1. HABERLER

  2. ÇEVİRİ

  3. BBC'nin gizli “İsrail karşıtı önyargı” raporu ortaya çıktı
BBC'nin gizli “İsrail karşıtı önyargı” raporu ortaya çıktı

BBC'nin gizli “İsrail karşıtı önyargı” raporu ortaya çıktı

The Electronic Intifada, BBC'nin gizli tutmak için yüz binlerce dolar harcadığı bir rapora yirmi yılı aşkın bir süre sonra ulaştı.

09 Mart 2025 Pazar 23:22A+A-

Tim Llewellyn’in electronicintifada’da yayınlanan yazısı, Haksöz-Haber için tercüme edilmiştir.

 

2003 yılında İsrail'in, Birleşik Krallık'taki lobi gruplarının ve birçok etkili İngiliz dostunun baskısı altında kalan BBC, üst düzey bir haber yöneticisi olan Malcolm Balen'i, kurumun İsrail-Filistin çatışmasıyla ilgili haber ve güncel olay yayınlarını analiz etmesi ve İsrail karşıtı, Filistin yanlısı bir önyargı gösterip göstermediklerini değerlendirmesi için görevlendirdi.

Balen, BBC'nin 2003 yılının son altı ayındaki televizyon ve radyo yayınlarının yanı sıra ikinci intifadanın en yoğun olduğu 2004 yılının ilk aylarındaki internet yayınlarını da incelemiştir.

BBC, sonuçta ortaya çıkan 21,000 kelimelik raporu yayınlamadı ve bunu yapmamak için uzun bir kampanya yürüttü. İsrail'i destekleyenler, ‘Bilgi Edinme Özgürlüğü Yasası’ kapsamında raporun yayınlanması için başvuruda bulundular ancak 2010 yılında Temyiz Mahkemesi belgenin yayınlanmaması gerektiğine karar verdi. 2012 yılında Yüksek Mahkeme, Yasa kapsamında yapılan bir başka temyiz başvurusunu reddetti.

Şimdi belgeyi okudum, BBC dışında bunu yapan ilk gazeteci oldum.

Balen, belgede kasıtlı ya da sistematik bir önyargıya dair hiçbir kanıt bulamamıştır.
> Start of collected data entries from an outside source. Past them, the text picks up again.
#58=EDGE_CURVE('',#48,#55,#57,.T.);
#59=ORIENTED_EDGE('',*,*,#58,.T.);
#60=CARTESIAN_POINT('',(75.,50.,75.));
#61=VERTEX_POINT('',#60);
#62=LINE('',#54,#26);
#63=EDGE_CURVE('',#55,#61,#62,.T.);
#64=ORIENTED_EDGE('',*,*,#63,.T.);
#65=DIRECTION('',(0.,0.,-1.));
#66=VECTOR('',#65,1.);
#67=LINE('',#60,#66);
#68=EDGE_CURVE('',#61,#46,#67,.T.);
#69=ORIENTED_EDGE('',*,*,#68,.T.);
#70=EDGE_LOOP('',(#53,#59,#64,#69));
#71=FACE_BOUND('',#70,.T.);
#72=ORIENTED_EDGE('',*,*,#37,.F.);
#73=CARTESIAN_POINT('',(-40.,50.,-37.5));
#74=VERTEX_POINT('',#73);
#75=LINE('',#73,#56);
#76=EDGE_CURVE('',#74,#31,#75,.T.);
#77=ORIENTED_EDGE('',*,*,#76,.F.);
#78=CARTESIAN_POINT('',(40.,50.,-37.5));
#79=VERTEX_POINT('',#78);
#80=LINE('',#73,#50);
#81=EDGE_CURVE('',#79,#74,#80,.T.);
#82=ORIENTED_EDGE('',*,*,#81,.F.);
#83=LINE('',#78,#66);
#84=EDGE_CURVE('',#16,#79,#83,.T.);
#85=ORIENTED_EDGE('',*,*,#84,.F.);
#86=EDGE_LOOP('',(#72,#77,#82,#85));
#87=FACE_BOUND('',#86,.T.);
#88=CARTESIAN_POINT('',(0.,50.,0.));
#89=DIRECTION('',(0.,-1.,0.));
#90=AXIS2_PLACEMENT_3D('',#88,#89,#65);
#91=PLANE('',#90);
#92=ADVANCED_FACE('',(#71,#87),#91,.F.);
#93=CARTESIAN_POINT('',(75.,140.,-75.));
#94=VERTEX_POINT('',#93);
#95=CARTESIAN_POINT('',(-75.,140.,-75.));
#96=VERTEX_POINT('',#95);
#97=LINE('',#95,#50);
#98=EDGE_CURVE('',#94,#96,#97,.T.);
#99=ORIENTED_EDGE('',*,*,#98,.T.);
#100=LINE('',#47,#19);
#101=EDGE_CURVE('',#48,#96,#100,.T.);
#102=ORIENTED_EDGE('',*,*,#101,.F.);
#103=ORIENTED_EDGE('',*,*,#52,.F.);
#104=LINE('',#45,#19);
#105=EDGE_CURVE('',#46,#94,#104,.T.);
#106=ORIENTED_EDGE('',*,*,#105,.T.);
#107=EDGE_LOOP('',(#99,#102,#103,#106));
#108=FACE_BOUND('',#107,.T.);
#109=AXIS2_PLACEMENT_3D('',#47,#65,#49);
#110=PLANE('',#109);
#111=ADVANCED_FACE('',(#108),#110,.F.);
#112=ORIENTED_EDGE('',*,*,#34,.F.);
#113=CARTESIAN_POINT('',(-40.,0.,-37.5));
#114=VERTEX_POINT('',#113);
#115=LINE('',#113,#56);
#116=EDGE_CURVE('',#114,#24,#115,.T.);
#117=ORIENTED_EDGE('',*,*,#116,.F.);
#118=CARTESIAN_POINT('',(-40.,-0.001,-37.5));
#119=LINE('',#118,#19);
Özetle şunları söylüyor:

“Bu raporun İsrail yanlılarından gelen eleştirilerin ağırlığı altında hazırlandığının ve bazı açılardan bu eleştiriler tarafından şekillendirildiğinin bilincindeyim: onların eleştirileri Filistin yanlılarınınkinden daha doğru olduğu için değil, BBC'nin yayınlarını çevreleyen algı ikliminden onlar [İsrail yanlıları] sorumlu olduğu için.”

Balen'in “kasıtlı ya da sistematik bir önyargıya dair hiçbir kanıt bulamaması”, incelemesinin yayınlanması için büyük zaman ve enerji harcayan İsrail destekçilerini hayal kırıklığına uğratırken, BBC'nin incelemenin gizli kalması için verdiği mücadelede yaptığı yasal harcamalar 450.000 dolardan fazladır.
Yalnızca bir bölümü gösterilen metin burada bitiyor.